EXERCISE INSTRUCTIONS
What is needed here is an exact repetition of the records below, beginning at the line that has "v22 (5.5626,9.512,0)" and stopping after the line that has "e37 v19 v16 LINE".
:: DATA SECTION ::
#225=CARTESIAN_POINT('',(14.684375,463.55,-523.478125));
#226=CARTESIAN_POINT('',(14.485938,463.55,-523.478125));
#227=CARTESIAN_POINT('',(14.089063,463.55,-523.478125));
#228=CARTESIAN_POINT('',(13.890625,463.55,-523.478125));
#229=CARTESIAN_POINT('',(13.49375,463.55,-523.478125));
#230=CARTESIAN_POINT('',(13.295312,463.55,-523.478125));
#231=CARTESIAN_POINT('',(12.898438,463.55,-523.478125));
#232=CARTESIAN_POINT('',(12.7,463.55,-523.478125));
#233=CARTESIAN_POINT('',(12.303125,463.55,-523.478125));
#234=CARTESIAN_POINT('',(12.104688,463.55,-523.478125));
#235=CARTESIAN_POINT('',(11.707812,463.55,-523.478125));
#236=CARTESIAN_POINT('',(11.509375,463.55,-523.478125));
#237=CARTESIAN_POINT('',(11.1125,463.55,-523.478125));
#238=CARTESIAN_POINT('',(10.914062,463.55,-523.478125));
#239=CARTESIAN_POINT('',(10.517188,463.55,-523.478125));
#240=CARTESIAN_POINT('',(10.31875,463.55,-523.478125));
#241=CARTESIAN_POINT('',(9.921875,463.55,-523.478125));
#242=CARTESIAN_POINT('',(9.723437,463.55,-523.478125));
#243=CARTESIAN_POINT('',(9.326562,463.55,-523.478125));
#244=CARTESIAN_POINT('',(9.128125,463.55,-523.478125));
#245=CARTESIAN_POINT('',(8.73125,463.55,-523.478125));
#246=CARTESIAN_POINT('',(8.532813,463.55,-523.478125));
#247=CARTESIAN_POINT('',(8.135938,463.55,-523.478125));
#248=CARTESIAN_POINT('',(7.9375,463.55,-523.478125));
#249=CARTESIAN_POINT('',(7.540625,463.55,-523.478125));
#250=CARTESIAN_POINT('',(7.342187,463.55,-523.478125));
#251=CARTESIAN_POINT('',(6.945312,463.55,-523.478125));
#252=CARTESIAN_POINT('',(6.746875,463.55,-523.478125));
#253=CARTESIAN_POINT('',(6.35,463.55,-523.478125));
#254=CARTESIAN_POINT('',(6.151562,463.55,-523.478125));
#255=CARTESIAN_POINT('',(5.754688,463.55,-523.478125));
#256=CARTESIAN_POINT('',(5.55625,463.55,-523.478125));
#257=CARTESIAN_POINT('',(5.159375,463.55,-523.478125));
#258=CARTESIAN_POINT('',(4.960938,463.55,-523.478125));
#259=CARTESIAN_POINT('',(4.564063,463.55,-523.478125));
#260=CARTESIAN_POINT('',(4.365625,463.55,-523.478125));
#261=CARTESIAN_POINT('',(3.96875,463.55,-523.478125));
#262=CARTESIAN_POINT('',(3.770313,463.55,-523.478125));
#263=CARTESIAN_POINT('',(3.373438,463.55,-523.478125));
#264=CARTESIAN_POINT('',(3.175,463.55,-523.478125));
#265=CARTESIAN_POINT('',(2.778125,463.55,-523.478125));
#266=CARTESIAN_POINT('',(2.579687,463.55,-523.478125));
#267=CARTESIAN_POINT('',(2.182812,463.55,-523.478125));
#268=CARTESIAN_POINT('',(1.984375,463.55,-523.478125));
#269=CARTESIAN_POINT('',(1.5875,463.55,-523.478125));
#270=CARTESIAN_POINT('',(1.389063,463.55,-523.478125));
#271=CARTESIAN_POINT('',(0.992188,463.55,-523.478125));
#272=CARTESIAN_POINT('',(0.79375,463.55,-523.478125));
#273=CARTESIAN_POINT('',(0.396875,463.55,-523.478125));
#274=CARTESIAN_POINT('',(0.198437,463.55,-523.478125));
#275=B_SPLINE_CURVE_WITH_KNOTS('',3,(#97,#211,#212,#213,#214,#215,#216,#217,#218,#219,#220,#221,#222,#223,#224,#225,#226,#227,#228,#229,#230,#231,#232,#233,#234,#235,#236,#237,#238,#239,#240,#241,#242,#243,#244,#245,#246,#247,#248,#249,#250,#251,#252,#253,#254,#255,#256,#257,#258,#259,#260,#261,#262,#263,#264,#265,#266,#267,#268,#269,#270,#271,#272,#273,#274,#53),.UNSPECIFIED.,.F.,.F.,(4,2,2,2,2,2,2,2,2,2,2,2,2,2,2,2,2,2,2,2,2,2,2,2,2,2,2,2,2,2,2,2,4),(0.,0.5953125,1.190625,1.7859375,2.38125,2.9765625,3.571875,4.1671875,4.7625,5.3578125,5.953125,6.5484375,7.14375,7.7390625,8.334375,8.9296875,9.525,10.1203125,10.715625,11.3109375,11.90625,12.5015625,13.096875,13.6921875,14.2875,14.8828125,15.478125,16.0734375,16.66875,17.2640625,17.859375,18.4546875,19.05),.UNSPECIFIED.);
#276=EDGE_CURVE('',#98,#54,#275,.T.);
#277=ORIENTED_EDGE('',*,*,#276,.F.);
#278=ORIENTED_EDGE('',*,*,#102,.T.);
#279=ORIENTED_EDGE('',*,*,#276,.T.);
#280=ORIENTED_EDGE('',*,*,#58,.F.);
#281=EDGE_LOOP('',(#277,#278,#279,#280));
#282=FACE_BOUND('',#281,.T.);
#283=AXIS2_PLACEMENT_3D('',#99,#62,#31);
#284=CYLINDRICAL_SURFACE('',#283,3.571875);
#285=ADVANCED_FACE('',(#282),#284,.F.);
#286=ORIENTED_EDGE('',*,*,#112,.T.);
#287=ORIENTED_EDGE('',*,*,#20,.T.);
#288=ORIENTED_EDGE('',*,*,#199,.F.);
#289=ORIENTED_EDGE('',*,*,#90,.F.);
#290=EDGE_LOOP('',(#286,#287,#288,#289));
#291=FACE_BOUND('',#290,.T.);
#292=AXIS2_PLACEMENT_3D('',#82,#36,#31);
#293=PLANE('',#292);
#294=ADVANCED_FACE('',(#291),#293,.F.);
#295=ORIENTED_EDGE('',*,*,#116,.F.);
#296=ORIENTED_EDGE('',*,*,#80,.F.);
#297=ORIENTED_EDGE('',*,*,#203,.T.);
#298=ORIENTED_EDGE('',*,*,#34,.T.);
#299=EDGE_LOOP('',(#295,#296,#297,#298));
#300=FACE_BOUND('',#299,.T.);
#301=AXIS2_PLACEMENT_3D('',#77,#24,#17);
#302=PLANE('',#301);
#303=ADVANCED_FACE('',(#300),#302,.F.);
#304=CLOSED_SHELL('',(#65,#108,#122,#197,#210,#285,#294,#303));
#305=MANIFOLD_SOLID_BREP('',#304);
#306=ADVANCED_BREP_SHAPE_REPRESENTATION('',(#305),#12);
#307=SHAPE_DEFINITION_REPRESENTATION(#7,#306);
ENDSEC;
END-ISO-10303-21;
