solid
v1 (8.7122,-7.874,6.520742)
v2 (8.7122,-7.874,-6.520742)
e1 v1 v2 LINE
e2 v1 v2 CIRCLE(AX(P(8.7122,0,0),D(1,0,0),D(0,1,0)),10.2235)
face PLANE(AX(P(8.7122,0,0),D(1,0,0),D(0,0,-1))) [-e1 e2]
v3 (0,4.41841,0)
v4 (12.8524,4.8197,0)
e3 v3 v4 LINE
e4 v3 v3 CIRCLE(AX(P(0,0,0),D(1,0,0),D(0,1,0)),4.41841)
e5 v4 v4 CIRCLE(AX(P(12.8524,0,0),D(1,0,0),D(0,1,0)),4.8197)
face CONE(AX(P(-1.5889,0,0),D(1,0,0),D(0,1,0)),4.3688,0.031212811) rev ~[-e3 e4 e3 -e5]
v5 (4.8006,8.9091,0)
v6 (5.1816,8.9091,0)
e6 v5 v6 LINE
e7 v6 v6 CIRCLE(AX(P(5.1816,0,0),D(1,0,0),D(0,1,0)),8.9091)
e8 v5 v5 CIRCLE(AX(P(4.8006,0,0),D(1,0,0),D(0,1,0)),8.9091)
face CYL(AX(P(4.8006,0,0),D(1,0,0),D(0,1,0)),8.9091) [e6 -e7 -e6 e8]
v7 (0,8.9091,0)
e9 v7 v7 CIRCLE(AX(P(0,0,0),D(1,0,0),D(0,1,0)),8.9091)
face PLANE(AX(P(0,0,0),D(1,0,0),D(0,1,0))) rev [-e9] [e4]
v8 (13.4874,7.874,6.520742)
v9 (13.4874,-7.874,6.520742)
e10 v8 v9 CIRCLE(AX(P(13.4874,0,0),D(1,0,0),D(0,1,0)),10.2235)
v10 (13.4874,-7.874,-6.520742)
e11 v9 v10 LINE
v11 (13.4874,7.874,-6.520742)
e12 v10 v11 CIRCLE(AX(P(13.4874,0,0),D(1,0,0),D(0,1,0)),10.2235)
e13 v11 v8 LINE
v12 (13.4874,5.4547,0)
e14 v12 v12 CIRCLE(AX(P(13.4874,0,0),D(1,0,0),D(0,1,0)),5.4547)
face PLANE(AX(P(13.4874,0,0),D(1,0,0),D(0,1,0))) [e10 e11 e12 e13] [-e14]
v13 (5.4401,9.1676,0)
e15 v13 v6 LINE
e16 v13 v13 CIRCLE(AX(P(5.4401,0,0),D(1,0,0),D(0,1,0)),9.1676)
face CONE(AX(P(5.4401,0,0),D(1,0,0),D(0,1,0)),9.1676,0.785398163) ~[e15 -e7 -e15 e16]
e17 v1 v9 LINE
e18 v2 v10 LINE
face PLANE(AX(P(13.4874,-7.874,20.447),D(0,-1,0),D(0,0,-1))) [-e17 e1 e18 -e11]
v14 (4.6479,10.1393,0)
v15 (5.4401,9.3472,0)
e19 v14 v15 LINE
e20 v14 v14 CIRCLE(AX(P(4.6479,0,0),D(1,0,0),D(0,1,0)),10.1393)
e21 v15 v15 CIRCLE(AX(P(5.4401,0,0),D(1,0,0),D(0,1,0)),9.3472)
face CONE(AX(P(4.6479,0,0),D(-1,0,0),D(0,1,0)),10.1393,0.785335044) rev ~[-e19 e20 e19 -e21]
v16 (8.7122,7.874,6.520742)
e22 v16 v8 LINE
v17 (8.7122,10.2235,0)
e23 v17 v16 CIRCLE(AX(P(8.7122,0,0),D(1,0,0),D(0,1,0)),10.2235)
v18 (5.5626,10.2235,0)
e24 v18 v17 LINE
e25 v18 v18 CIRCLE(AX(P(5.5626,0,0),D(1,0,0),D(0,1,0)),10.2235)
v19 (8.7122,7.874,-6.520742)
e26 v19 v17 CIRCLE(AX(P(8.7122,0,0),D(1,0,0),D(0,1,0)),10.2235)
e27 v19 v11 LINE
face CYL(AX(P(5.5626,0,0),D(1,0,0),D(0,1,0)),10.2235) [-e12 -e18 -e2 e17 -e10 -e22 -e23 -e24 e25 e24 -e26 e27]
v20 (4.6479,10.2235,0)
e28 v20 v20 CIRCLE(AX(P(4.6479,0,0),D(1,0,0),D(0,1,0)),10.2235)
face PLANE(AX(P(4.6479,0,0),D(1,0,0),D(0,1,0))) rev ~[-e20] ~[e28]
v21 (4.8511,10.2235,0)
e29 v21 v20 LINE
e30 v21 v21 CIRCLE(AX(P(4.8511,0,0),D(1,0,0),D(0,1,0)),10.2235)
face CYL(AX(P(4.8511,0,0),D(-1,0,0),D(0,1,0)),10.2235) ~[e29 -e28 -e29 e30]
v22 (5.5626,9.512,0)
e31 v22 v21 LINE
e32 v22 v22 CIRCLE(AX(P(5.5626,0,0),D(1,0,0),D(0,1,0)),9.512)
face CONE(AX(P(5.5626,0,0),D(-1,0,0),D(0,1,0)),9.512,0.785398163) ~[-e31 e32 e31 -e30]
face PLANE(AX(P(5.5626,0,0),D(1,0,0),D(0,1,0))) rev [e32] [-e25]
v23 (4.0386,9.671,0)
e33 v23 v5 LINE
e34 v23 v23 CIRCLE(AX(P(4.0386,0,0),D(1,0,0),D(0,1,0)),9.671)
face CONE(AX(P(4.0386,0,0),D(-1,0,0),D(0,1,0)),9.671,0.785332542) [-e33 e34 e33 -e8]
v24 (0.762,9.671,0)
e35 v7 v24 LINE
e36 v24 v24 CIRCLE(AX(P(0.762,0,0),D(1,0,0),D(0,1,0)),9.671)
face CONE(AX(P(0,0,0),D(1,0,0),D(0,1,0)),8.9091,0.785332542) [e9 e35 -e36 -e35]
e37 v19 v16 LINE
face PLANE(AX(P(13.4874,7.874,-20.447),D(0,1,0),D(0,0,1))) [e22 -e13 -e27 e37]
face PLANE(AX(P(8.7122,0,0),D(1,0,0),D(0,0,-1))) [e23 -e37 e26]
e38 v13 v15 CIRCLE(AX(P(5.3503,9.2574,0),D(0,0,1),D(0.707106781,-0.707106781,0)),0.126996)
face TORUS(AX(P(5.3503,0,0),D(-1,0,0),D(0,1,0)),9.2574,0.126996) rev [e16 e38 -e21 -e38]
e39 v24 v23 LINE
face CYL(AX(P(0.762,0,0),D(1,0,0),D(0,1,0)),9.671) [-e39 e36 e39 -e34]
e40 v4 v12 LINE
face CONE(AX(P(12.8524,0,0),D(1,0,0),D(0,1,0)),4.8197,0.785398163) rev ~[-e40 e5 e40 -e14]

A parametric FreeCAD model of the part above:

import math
import FreeCAD as App
import Part
import Sketcher
from FreeCAD import Vector
Q = App.Units.Quantity

doc = App.newDocument("Part")
body = doc.addObject("PartDesign::Body", "Body")

# Sketch on XY plane
sketch1 = doc.addObject("Sketcher::SketchObject", "Sketch")
body.addObject(sketch1)
sketch1.AttachmentSupport = (doc.XY_Plane, [""])
sketch1.MapMode = "FlatFace"
sketch1.addGeometry([
    Part.LineSegment(Vector(0, 0, 0), Vector(13.5, 0, 0)),  # 0
    Part.LineSegment(Vector(13.5, 0, 0), Vector(13.5, 10.2, 0)),  # 1
    Part.LineSegment(Vector(13.5, 10.2, 0), Vector(5.6, 10.2, 0)),  # 2
    Part.LineSegment(Vector(5.6, 10.2, 0), Vector(5.6, 8.9, 0)),  # 3
    Part.LineSegment(Vector(5.6, 8.9, 0), Vector(4.8, 8.9, 0)),  # 4
    Part.LineSegment(Vector(4.8, 8.9, 0), Vector(4, 9.7, 0)),  # 5
    Part.LineSegment(Vector(4, 9.7, 0), Vector(0.8, 9.7, 0)),  # 6
    Part.LineSegment(Vector(0.8, 9.7, 0), Vector(0, 8.9, 0)),  # 7
    Part.LineSegment(Vector(0, 8.9, 0), Vector(0, 0, 0)),  # 8
], False)
sketch1.addConstraint([
    Sketcher.Constraint("Coincident", 0, 2, 1, 1),
    Sketcher.Constraint("Coincident", 1, 2, 2, 1),
    Sketcher.Constraint("Coincident", 2, 2, 3, 1),
    Sketcher.Constraint("Coincident", 3, 2, 4, 1),
    Sketcher.Constraint("Coincident", 4, 2, 5, 1),
    Sketcher.Constraint("Coincident", 5, 2, 6, 1),
    Sketcher.Constraint("Coincident", 6, 2, 7, 1),
    Sketcher.Constraint("Coincident", 7, 2, 8, 1),
    Sketcher.Constraint("Coincident", 8, 2, 0, 1),
    Sketcher.Constraint("Horizontal", 0),
    Sketcher.Constraint("Vertical", 1),
    Sketcher.Constraint("Horizontal", 2),
    Sketcher.Constraint("Vertical", 3),
    Sketcher.Constraint("Horizontal", 4),
    Sketcher.Constraint("Horizontal", 6),
    Sketcher.Constraint("Vertical", 8),
    Sketcher.Constraint("Coincident", 8, 2, -1, 1),
    Sketcher.Constraint("Perpendicular", 5, 7),
    Sketcher.Constraint("Horizontal", 4, 2, 7, 2),
    Sketcher.Constraint("Equal", 5, 7),
    Sketcher.Constraint("DistanceX", 4, 2, 4, 1, Q("0.03 in")),
    Sketcher.Constraint("DistanceX", 0, 1, 0, 2, Q("0.531 in")),
    Sketcher.Constraint("DistanceX", 2, 2, 2, 1, Q("0.312 in")),
    Sketcher.Constraint("DistanceX", 6, 2, 6, 1, Q("0.129 in")),
    Sketcher.Constraint("DistanceY", 1, 1, 1, 2, Q("0.4025 in")),
    Sketcher.Constraint("DistanceY", 3, 2, 3, 1, Q("1.3144 mm")),
])
revolution = doc.addObject("PartDesign::Revolution", "Revolution")
body.addObject(revolution)
revolution.Profile = sketch1
revolution.ReferenceAxis = (sketch1, ["H_Axis"])
revolution.Angle = 360

# Sketch on XY plane
sketch2 = doc.addObject("Sketcher::SketchObject", "Sketch001")
body.addObject(sketch2)
sketch2.AttachmentSupport = (doc.XY_Plane, [""])
sketch2.MapMode = "FlatFace"
sketch2.addGeometry([
    Part.LineSegment(Vector(0, 0, 0), Vector(13.5, 0, 0)),  # 0
    Part.LineSegment(Vector(13.5, 0, 0), Vector(13.5, 5.5, 0)),  # 1
    Part.LineSegment(Vector(13.5, 5.5, 0), Vector(12.9, 4.8, 0)),  # 2
    Part.LineSegment(Vector(12.9, 4.8, 0), Vector(-1.6, 4.4, 0)),  # 3
    Part.LineSegment(Vector(-1.6, 4.4, 0), Vector(0, 4.4, 0)),  # 4
    Part.LineSegment(Vector(0, 4.4, 0), Vector(0, 0, 0)),  # 5
], False)
sketch2.addConstraint([
    Sketcher.Constraint("Coincident", 0, 2, 1, 1),
    Sketcher.Constraint("Coincident", 1, 2, 2, 1),
    Sketcher.Constraint("Coincident", 2, 2, 3, 1),
    Sketcher.Constraint("Coincident", 3, 2, 4, 1),
    Sketcher.Constraint("Coincident", 4, 2, 5, 1),
    Sketcher.Constraint("Coincident", 5, 2, 0, 1),
    Sketcher.Constraint("Horizontal", 0),
    Sketcher.Constraint("Vertical", 1),
    Sketcher.Constraint("Horizontal", 4),
    Sketcher.Constraint("Vertical", 5),
    Sketcher.Constraint("Coincident", 5, 2, -1, 1),
    Sketcher.Constraint("Angle", 2, Q("-135 deg")),
    Sketcher.Constraint("DistanceX", 0, 1, 0, 2, Q("0.531 in")),
    Sketcher.Constraint("DistanceY", 5, 2, 5, 1, Q("0.172 in")),
    Sketcher.Constraint("DistanceX", -1, 1, 2, 2, Q("0.506 in")),
    Sketcher.Constraint("DistanceX", 4, 1, 4, 2, Q("1.589 mm")),
    Sketcher.Constraint("DistanceY", 1, 1, 1, 2, Q("5.4547 mm")),
])
groove = doc.addObject("PartDesign::Groove", "Groove")
body.addObject(groove)
groove.Profile = sketch2
groove.ReferenceAxis = (sketch2, ["H_Axis"])
groove.Angle = 360

# Sketch on YZ plane
sketch3 = doc.addObject("Sketcher::SketchObject", "Sketch002")
body.addObject(sketch3)
sketch3.AttachmentSupport = (doc.YZ_Plane, [""])
sketch3.MapMode = "FlatFace"
sketch3.AttachmentOffset = App.Placement(Vector(0, 0, 0.531 * 25.4), App.Rotation())
sketch3.addGeometry([
    Part.LineSegment(Vector(20, 41, 0), Vector(-20, 41, 0)),  # 0
    Part.LineSegment(Vector(-20, 41, 0), Vector(-20, -41, 0)),  # 1
    Part.LineSegment(Vector(-20, -41, 0), Vector(20, -41, 0)),  # 2
    Part.LineSegment(Vector(20, -41, 0), Vector(20, 41, 0)),  # 3
    Part.LineSegment(Vector(-8, -20, 0), Vector(-8, 20, 0)),  # 4
    Part.LineSegment(Vector(-8, 20, 0), Vector(8, 20, 0)),  # 5
    Part.LineSegment(Vector(8, 20, 0), Vector(8, -20, 0)),  # 6
    Part.LineSegment(Vector(8, -20, 0), Vector(-8, -20, 0)),  # 7
], False)
sketch3.addConstraint([
    Sketcher.Constraint("Coincident", 0, 2, 1, 1),
    Sketcher.Constraint("Coincident", 1, 2, 2, 1),
    Sketcher.Constraint("Coincident", 2, 2, 3, 1),
    Sketcher.Constraint("Coincident", 3, 2, 0, 1),
    Sketcher.Constraint("Coincident", 4, 2, 5, 1),
    Sketcher.Constraint("Coincident", 5, 2, 6, 1),
    Sketcher.Constraint("Coincident", 6, 2, 7, 1),
    Sketcher.Constraint("Coincident", 7, 2, 4, 1),
    Sketcher.Constraint("Horizontal", 0),
    Sketcher.Constraint("Vertical", 1),
    Sketcher.Constraint("Horizontal", 2),
    Sketcher.Constraint("Vertical", 3),
    Sketcher.Constraint("Vertical", 4),
    Sketcher.Constraint("Horizontal", 5),
    Sketcher.Constraint("Vertical", 6),
    Sketcher.Constraint("Horizontal", 7),
    Sketcher.Constraint("Symmetric", 0, 2, 2, 2, -1, 1),
    Sketcher.Constraint("Symmetric", 4, 2, 6, 2, -1, 1),
    Sketcher.Constraint("Equal", 2, 4),
    Sketcher.Constraint("DistanceX", 0, 2, 0, 1, Q("1.61 in")),
    Sketcher.Constraint("DistanceX", 5, 1, 5, 2, Q("0.62 in")),
    Sketcher.Constraint("DistanceY", 1, 2, 1, 1, Q("3.22 in")),
])
pocket1 = doc.addObject("PartDesign::Pocket", "Pocket")
body.addObject(pocket1)
pocket1.Profile = sketch3
pocket1.Length = Q("0.188 in")

# Sketch on XY plane
sketch4 = doc.addObject("Sketcher::SketchObject", "Sketch003")
body.addObject(sketch4)
sketch4.AttachmentSupport = (doc.XY_Plane, [""])
sketch4.MapMode = "FlatFace"
sketch4.addGeometry([
    Part.LineSegment(Vector(4.85, 10.22, 0), Vector(4.65, 10.22, 0)),  # 0
    Part.LineSegment(Vector(4.65, 10.22, 0), Vector(4.65, 10.14, 0)),  # 1
    Part.LineSegment(Vector(4.65, 10.14, 0), Vector(5.44, 9.35, 0)),  # 2
    Part.ArcOfCircle(Part.Circle(Vector(5.35, 9.26, 0), Vector(0, 0, 1), 0.13), math.radians(-45), math.radians(45)),  # 3
    Part.LineSegment(Vector(5.44, 9.17, 0), Vector(5.18, 8.91, 0)),  # 4
    Part.LineSegment(Vector(5.18, 8.91, 0), Vector(4.8, 8.91, 0)),  # 5
    Part.LineSegment(Vector(4.8, 8.91, 0), Vector(4.8, 8.65, 0)),  # 6
    Part.LineSegment(Vector(4.8, 8.65, 0), Vector(5.56, 8.65, 0)),  # 7
    Part.LineSegment(Vector(5.56, 8.65, 0), Vector(5.56, 9.51, 0)),  # 8
    Part.LineSegment(Vector(5.56, 9.51, 0), Vector(4.85, 10.22, 0)),  # 9
], False)
sketch4.addConstraint([
    Sketcher.Constraint("Coincident", 0, 2, 1, 1),
    Sketcher.Constraint("Coincident", 1, 2, 2, 1),
    Sketcher.Constraint("Tangent", 2, 2, 3, 2),
    Sketcher.Constraint("Tangent", 3, 1, 4, 1),
    Sketcher.Constraint("Coincident", 4, 2, 5, 1),
    Sketcher.Constraint("Coincident", 5, 2, 6, 1),
    Sketcher.Constraint("Coincident", 6, 2, 7, 1),
    Sketcher.Constraint("Coincident", 7, 2, 8, 1),
    Sketcher.Constraint("Coincident", 8, 2, 9, 1),
    Sketcher.Constraint("Coincident", 9, 2, 0, 1),
    Sketcher.Constraint("Horizontal", 0),
    Sketcher.Constraint("Vertical", 1),
    Sketcher.Constraint("Horizontal", 5),
    Sketcher.Constraint("Vertical", 6),
    Sketcher.Constraint("Horizontal", 7),
    Sketcher.Constraint("Vertical", 8),
    Sketcher.Constraint("Perpendicular", 2, 4),
    Sketcher.Constraint("Perpendicular", 4, 9),
    Sketcher.Constraint("Vertical", 2, 2, 3, 1),
    Sketcher.Constraint("Radius", 3, Q("0.005 in")),
    Sketcher.Constraint("DistanceX", 7, 1, 7, 2, Q("0.03 in")),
:::
ANSWER TO THE EXERCISE
v22 (5.5626,9.512,0)
e31 v22 v21 LINE
e32 v22 v22 CIRCLE(AX(P(5.5626,0,0),D(1,0,0),D(0,1,0)),9.512)
face CONE(AX(P(5.5626,0,0),D(-1,0,0),D(0,1,0)),9.512,0.785398163) ~[-e31 e32 e31 -e30]
face PLANE(AX(P(5.5626,0,0),D(1,0,0),D(0,1,0))) rev [e32] [-e25]
v23 (4.0386,9.671,0)
e33 v23 v5 LINE
e34 v23 v23 CIRCLE(AX(P(4.0386,0,0),D(1,0,0),D(0,1,0)),9.671)
face CONE(AX(P(4.0386,0,0),D(-1,0,0),D(0,1,0)),9.671,0.785332542) [-e33 e34 e33 -e8]
v24 (0.762,9.671,0)
e35 v7 v24 LINE
e36 v24 v24 CIRCLE(AX(P(0.762,0,0),D(1,0,0),D(0,1,0)),9.671)
face CONE(AX(P(0,0,0),D(1,0,0),D(0,1,0)),8.9091,0.785332542) [e9 e35 -e36 -e35]
e37 v19 v16 LINE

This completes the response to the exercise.